But driving along listening to Blondie didn't feel like a funeral.

It felt like a party.

21

I loved being in the Clovers.

It wasn't just learning the songs. Since Sinead was still going to be singing with the band until January, we'd agreed I'd just do one song at each gig until January, learning the Clovers' repertoire over the next two months. We were even working on a song to sing together until she left, a reggae version of “I Got You Babe” that UB40 and Chrissie Hynde of the Pretenders had recorded. We both thought it was übercool that we were two girls singing a love song.

“Everyone's going to think you're dykes,” Sean warned us.

“Maybe we are,” Sinead shot back.

“Better tell that Jason guy.”

“Sean?” I said.

“Yeah?” he asked.

“Blow me.”

It was hard, sure. My voice was okay, but it wasn't like I'd had any formal training, and my throat was always sore no matter how much tea with honey (Sinead's formula) I drank. And the Sean factor wasn't irrelevant. Maybe he couldn't make me run out the door crying, but when I sang something and Sinead said I was getting better and Declan said I was sounding good and Danny gave me a thumbs-up and Sean rolled his eyes and Sinead said to him, “What is your problem?” and Sean said, “Why are you guys
lying
to her?” I felt more kinship with Anika Dunbar than I'd care to admit.

Unlike me, they were all amazing musicians. Danny didn't just play the drums. He played drums and piano and guitar, and he could noodle around on bass. Sinead played the bass too, and one night when Sean didn't show up at a rehearsal because (we later learned) he was sleeping off a bar fight, she just played his part. I could read music, a little, from when I'd taken piano, but they could all sight-read—once, when I got there early, they were practicing a song for their grandparents' wedding anniversary, some old Irish tune none of them knew. Sean was playing a fiddle, which I'd never seen him do, and Declan was playing a tin whistle. Their dad had let me in, so they didn't know I was there, and watching them huddled around the music stand, playing and singing, I tried to imagine me and my brother or maybe me, my brother, and my parents making music together.

It was like trying to imagine us vacationing on the moon.

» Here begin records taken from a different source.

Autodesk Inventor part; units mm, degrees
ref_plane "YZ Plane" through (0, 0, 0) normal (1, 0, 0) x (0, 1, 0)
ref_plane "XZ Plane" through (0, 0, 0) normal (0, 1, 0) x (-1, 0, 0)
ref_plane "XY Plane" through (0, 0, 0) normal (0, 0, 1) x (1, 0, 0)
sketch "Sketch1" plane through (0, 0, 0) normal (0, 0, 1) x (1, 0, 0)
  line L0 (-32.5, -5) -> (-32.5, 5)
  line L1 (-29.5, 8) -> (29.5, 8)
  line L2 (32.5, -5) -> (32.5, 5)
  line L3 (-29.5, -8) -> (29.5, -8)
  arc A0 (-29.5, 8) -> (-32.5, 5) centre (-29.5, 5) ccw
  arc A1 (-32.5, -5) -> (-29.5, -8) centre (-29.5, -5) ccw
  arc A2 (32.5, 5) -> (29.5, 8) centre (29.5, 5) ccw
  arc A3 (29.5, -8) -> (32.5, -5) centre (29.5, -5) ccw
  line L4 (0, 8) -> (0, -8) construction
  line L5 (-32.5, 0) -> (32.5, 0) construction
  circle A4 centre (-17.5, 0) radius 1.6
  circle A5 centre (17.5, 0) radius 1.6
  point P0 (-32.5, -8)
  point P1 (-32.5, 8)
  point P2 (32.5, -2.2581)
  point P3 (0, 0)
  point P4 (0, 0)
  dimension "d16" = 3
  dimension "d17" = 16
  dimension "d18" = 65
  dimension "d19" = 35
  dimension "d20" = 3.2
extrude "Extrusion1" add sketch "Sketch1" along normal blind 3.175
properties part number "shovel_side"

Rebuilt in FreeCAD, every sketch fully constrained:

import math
import FreeCAD as App
import Part
import Sketcher
Q = App.Units.Quantity

doc = App.newDocument("Part")
params = doc.addObject("Spreadsheet::Sheet", "Params")
for row, (alias, value) in enumerate([
    ("sketch1_radius", "3 mm"),
    ("sketch1_diameter", "3.2 mm"),
    ("sketch1_width", "59 mm"),
    ("pad1_length", "3.175 mm"),
], start=1):
    params.set(f"A{row}", alias)
    params.set(f"B{row}", "=" + value)
    params.setAlias(f"B{row}", alias)

body = doc.addObject("PartDesign::Body", "Body")

sketch1 = doc.addObject("Sketcher::SketchObject", "Sketch")
body.addObject(sketch1)
sketch1.AttachmentSupport = (doc.XY_Plane, [""])
sketch1.MapMode = "FlatFace"
sketch1.addGeometry(Part.LineSegment(App.Vector(-32.5, 5, 0), App.Vector(-32.5, -5, 0)), False)
sketch1.addGeometry(Part.ArcOfCircle(Part.Circle(App.Vector(-29.5, -5, 0), App.Vector(0, 0, 1), 3), math.radians(180), math.radians(270)), False)
sketch1.addGeometry(Part.LineSegment(App.Vector(-29.5, -8, 0), App.Vector(29.5, -8, 0)), False)
sketch1.addGeometry(Part.ArcOfCircle(Part.Circle(App.Vector(29.5, -5, 0), App.Vector(0, 0, 1), 3), math.radians(-90), math.radians(0)), False)
sketch1.addGeometry(Part.LineSegment(App.Vector(32.5, -5, 0), App.Vector(32.5, 5, 0)), False)
sketch1.addGeometry(Part.ArcOfCircle(Part.Circle(App.Vector(29.5, 5, 0), App.Vector(0, 0, 1), 3), math.radians(0), math.radians(90)), False)
sketch1.addGeometry(Part.LineSegment(App.Vector(29.5, 8, 0), App.Vector(-29.5, 8, 0)), False)
sketch1.addGeometry(Part.ArcOfCircle(Part.Circle(App.Vector(-29.5, 5, 0), App.Vector(0, 0, 1), 3), math.radians(90), math.radians(180)), False)
sketch1.addGeometry(Part.Circle(App.Vector(-17.5, 0, 0), App.Vector(0, 0, 1), 1.6), False)
sketch1.addGeometry(Part.Circle(App.Vector(17.5, 0, 0), App.Vector(0, 0, 1), 1.6), False)
sketch1.addConstraint(Sketcher.Constraint("Tangent", 0, 2, 1, 1))
sketch1.addConstraint(Sketcher.Constraint("Tangent", 1, 2, 2, 1))
sketch1.addConstraint(Sketcher.Constraint("Tangent", 2, 2, 3, 1))
sketch1.addConstraint(Sketcher.Constraint("Tangent", 3, 2, 4, 1))
sketch1.addConstraint(Sketcher.Constraint("Tangent", 4, 2, 5, 1))
sketch1.addConstraint(Sketcher.Constraint("Tangent", 5, 2, 6, 1))
sketch1.addConstraint(Sketcher.Constraint("Tangent", 6, 2, 7, 1))
sketch1.addConstraint(Sketcher.Constraint("Tangent", 7, 2, 0, 1))
sketch1.addConstraint(Sketcher.Constraint("Vertical", 0))
sketch1.addConstraint(Sketcher.Constraint("Horizontal", 2))
sketch1.addConstraint(Sketcher.Constraint("Vertical", 4))
sketch1.addConstraint(Sketcher.Constraint("Horizontal", 6))
sketch1.addConstraint(Sketcher.Constraint("Equal", 1, 3))
sketch1.addConstraint(Sketcher.Constraint("Equal", 3, 5))
sketch1.addConstraint(Sketcher.Constraint("Equal", 5, 7))
sketch1.addConstraint(Sketcher.Constraint("Equal", 8, 9))
sketch1.addConstraint(Sketcher.Constraint("Symmetric", 1, 3, 5, 3, -1, 1))
sketch1.addConstraint(Sketcher.Constraint("Symmetric", 8, 3, 9, 3, -1, 1))
sketch1.addConstraint(Sketcher.Constraint("PointOnObject", 8, 3, -1))
sketch1.addConstraint(Sketcher.Constraint("Radius", 1, Q("3 mm")))
sketch1.addConstraint(Sketcher.Constraint("Diameter", 8, Q("3.2 mm")))
sketch1.addConstraint(Sketcher.Constraint("DistanceX", 8, 3, 9, 3, Q("35 mm")))
sketch1.addConstraint(Sketcher.Constraint("DistanceY", 1, 2, 6, 2, Q("16 mm")))
sketch1.addConstraint(Sketcher.Constraint("DistanceX", 2, 1, 2, 2, Q("59 mm")))
sketch1.setExpression("Constraints[19]", "Params.sketch1_radius")
sketch1.setExpression("Constraints[20]", "Params.sketch1_diameter")
sketch1.setExpression("Constraints[23]", "Params.sketch1_width")
pad1 = doc.addObject("PartDesign::Pad", "Pad")
body.addObject(pad1)
pad1.Profile = sketch1
pad1.setExpression("Length", "Params.pad1_length")

doc.recompute()
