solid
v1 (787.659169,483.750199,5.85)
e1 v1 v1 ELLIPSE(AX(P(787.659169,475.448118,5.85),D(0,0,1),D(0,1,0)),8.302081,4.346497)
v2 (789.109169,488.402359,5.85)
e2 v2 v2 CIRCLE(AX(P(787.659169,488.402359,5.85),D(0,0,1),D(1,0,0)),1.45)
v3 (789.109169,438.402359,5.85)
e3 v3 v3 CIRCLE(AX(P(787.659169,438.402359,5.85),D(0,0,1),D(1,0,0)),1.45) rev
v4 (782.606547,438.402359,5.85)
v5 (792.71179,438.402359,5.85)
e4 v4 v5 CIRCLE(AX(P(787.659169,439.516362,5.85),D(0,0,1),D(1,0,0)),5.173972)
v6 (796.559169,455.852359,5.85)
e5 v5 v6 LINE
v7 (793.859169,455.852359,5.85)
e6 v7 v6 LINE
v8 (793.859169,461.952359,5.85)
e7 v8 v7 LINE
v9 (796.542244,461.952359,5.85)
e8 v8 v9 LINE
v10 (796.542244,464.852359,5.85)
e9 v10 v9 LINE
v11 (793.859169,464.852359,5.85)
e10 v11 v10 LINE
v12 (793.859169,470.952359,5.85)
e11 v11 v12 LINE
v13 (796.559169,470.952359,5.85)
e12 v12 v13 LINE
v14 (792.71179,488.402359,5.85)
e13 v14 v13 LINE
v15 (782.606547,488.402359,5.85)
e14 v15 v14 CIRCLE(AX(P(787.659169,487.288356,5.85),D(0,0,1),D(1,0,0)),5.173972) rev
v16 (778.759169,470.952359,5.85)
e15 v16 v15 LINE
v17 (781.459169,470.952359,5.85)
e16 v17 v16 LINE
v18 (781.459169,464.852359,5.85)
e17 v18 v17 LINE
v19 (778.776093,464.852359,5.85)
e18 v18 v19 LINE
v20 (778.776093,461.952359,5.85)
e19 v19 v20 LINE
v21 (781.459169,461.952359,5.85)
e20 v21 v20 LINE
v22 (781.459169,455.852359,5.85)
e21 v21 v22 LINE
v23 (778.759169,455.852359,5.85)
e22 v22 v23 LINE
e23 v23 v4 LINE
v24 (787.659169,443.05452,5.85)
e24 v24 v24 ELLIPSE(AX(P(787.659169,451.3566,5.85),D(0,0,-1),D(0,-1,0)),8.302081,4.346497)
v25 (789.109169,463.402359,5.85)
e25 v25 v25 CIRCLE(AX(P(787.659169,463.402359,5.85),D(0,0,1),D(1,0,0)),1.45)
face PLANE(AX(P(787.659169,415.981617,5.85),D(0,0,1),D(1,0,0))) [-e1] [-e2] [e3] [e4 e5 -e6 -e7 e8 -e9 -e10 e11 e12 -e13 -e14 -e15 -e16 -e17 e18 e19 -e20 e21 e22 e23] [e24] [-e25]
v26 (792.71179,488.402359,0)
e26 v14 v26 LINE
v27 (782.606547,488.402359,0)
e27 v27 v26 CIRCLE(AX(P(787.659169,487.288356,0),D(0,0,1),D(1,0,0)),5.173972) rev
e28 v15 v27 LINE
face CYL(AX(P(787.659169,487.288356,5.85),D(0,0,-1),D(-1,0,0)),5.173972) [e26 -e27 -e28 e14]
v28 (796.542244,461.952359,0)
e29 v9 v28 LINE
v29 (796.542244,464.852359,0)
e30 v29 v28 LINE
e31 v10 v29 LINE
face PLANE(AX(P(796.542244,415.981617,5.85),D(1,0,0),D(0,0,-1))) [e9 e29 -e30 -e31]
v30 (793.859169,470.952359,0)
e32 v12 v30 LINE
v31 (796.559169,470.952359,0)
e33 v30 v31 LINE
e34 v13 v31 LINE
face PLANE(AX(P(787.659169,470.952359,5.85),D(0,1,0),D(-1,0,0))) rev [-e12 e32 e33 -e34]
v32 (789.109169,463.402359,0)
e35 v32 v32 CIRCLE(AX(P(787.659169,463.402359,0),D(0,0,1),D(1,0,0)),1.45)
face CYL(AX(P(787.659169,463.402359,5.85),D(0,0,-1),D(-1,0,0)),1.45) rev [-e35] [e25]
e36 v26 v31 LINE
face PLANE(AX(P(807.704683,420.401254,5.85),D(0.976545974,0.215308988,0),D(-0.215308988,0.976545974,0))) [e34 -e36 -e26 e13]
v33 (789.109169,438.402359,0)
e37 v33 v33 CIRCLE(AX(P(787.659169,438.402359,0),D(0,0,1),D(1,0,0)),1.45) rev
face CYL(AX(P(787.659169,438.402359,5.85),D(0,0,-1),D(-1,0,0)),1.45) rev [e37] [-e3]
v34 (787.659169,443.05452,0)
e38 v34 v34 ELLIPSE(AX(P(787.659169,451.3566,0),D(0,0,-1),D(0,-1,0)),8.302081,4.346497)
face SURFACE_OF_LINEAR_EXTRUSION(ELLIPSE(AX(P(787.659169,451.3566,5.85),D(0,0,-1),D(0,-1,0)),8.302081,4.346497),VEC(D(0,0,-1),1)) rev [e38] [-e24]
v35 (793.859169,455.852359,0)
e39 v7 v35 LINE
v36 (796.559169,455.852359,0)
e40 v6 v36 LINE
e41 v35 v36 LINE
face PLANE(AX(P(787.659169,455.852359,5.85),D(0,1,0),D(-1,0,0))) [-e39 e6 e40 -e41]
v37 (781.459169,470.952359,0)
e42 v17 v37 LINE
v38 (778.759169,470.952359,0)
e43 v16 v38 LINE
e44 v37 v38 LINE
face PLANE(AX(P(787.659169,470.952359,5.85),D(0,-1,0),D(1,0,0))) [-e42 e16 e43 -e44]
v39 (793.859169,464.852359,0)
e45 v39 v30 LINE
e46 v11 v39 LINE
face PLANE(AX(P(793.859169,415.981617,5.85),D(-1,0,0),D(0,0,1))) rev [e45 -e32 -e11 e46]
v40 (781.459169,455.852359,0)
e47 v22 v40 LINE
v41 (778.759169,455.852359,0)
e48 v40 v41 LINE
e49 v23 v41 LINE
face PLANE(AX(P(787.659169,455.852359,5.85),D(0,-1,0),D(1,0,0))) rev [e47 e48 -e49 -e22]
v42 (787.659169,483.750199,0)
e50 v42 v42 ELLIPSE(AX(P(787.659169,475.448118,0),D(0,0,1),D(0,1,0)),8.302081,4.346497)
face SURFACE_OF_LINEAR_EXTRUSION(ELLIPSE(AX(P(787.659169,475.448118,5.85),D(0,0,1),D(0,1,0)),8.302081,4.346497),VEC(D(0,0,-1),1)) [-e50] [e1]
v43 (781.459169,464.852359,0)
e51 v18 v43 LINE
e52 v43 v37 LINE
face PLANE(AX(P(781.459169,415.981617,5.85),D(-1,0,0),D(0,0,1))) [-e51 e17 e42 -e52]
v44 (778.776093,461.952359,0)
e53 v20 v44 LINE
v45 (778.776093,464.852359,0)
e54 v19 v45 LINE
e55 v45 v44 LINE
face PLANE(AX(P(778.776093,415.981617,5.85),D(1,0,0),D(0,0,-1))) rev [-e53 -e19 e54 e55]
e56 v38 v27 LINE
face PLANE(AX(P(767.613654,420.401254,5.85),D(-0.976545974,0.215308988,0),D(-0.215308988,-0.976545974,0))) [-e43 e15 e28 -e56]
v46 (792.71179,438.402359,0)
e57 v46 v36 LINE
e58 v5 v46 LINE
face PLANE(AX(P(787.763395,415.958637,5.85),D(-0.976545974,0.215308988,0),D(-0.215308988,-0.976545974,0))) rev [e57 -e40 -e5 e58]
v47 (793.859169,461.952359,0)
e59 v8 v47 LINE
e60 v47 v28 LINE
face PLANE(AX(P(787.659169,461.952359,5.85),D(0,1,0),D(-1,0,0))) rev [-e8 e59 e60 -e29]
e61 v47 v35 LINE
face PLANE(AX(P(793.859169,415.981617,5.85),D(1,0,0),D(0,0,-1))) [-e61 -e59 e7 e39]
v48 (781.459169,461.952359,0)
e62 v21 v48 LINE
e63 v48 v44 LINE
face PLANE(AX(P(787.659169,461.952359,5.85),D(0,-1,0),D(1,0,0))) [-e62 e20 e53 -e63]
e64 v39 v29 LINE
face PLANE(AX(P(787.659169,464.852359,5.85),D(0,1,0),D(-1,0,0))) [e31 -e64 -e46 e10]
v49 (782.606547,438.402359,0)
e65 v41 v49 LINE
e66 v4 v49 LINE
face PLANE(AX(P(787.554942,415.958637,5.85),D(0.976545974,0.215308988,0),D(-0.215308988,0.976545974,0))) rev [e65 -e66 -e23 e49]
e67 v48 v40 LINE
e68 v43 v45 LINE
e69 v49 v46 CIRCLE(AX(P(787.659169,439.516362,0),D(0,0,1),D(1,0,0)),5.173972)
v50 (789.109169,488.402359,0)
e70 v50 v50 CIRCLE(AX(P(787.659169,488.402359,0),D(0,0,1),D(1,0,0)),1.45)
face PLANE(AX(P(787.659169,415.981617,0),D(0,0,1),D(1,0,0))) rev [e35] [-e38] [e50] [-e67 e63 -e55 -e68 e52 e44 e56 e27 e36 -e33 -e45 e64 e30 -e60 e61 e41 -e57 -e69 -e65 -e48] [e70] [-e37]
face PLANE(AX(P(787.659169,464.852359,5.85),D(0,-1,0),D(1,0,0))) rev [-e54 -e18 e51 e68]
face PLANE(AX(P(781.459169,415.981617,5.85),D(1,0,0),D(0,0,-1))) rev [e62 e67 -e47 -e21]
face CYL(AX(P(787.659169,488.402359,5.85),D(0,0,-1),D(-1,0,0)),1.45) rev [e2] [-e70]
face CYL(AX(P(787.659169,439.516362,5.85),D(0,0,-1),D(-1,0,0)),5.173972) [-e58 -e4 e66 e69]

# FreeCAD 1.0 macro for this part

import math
import FreeCAD as App
import Part
import Sketcher

V = App.Vector

doc = App.newDocument("Part")
body = doc.addObject("PartDesign::Body", "Body")

# Sketch on XY plane
sketch1 = body.newObject("Sketcher::SketchObject", "Sketch")
sketch1.AttachmentSupport = (doc.getObject("XY_Plane"), [""])
sketch1.MapMode = "FlatFace"
sketch1.addGeometry(Part.LineSegment(V(781.459169, 464.852359, 0), V(778.776093, 464.852359, 0)), False)
sketch1.addGeometry(Part.LineSegment(V(778.776093, 464.852359, 0), V(778.776093, 461.952359, 0)), False)
sketch1.addGeometry(Part.LineSegment(V(778.776093, 461.952359, 0), V(781.459169, 461.952359, 0)), False)
sketch1.addGeometry(Part.LineSegment(V(781.459169, 461.952359, 0), V(781.459169, 455.852359, 0)), False)
sketch1.addGeometry(Part.LineSegment(V(781.459169, 455.852359, 0), V(778.759169, 455.852359, 0)), False)
sketch1.addGeometry(Part.LineSegment(V(778.759169, 455.852359, 0), V(782.606547, 438.402359, 0)), False)
sketch1.addGeometry(Part.ArcOfCircle(Part.Circle(V(787.659169, 439.516362, 0), V(0, 0, 1), 5.173972), math.radians(-167.566344), math.radians(-12.433656)), False)
sketch1.addGeometry(Part.LineSegment(V(792.71179, 438.402359, 0), V(796.559169, 455.852359, 0)), False)
sketch1.addGeometry(Part.LineSegment(V(796.559169, 455.852359, 0), V(793.859169, 455.852359, 0)), False)
sketch1.addGeometry(Part.LineSegment(V(793.859169, 455.852359, 0), V(793.859169, 461.952359, 0)), False)
sketch1.addGeometry(Part.LineSegment(V(793.859169, 461.952359, 0), V(796.542244, 461.952359, 0)), False)
sketch1.addGeometry(Part.LineSegment(V(796.542244, 461.952359, 0), V(796.542244, 464.852359, 0)), False)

No, what I loved about singing with the Clovers wasn't about what I could or couldn't do or what the other band members could do better than I could, which was pretty much everything. It was how the music made me feel. Tough. And strong. And sexy. And powerful. When I was at rehearsal, I didn't think about school or my mom or my Harvard application or leaving for college or where my next A was coming from. I just thought about the music. It was like a drug, and I was like an addict. My aunt had told me that my mom's doctors were talking about sending her home in a couple of weeks, but if this was how all those little pills she'd been taking made my mother feel, I was going to be surprised if any doctor anywhere could get her to stop taking them.

The Friday morning of our first gig at the Coffeehouse, I logged on to the College Board website to get my SAT scores. My hands were shaking and sweaty. If my score was low, I was going to have to start all over again. More tutoring with Glen. More vocabulary to memorize. More reading passages, more sample math questions. More practice tests. There was no way I'd be able to study for the SATs, do all my schoolwork, swim, stay in debate and sing in a band.

The thought of dropping out of the Clovers and going back to meeting with Glen twice a week made me feel as if I was being shoved into a cell and someone was slamming the
door behind me. But if my scores were bad, I wouldn't have a choice. I remembered the last time I'd logged on to get my scores, back in June, when I'd gotten that crappy, crappy number. Why shouldn't the same thing happen again? It wasn't like my situation was any better now than it had been. If anything, my life was even
more
fucked up. So if my messed-up life was the reason I'd scored so badly in the spring, why wouldn't my scores be even lower this time around?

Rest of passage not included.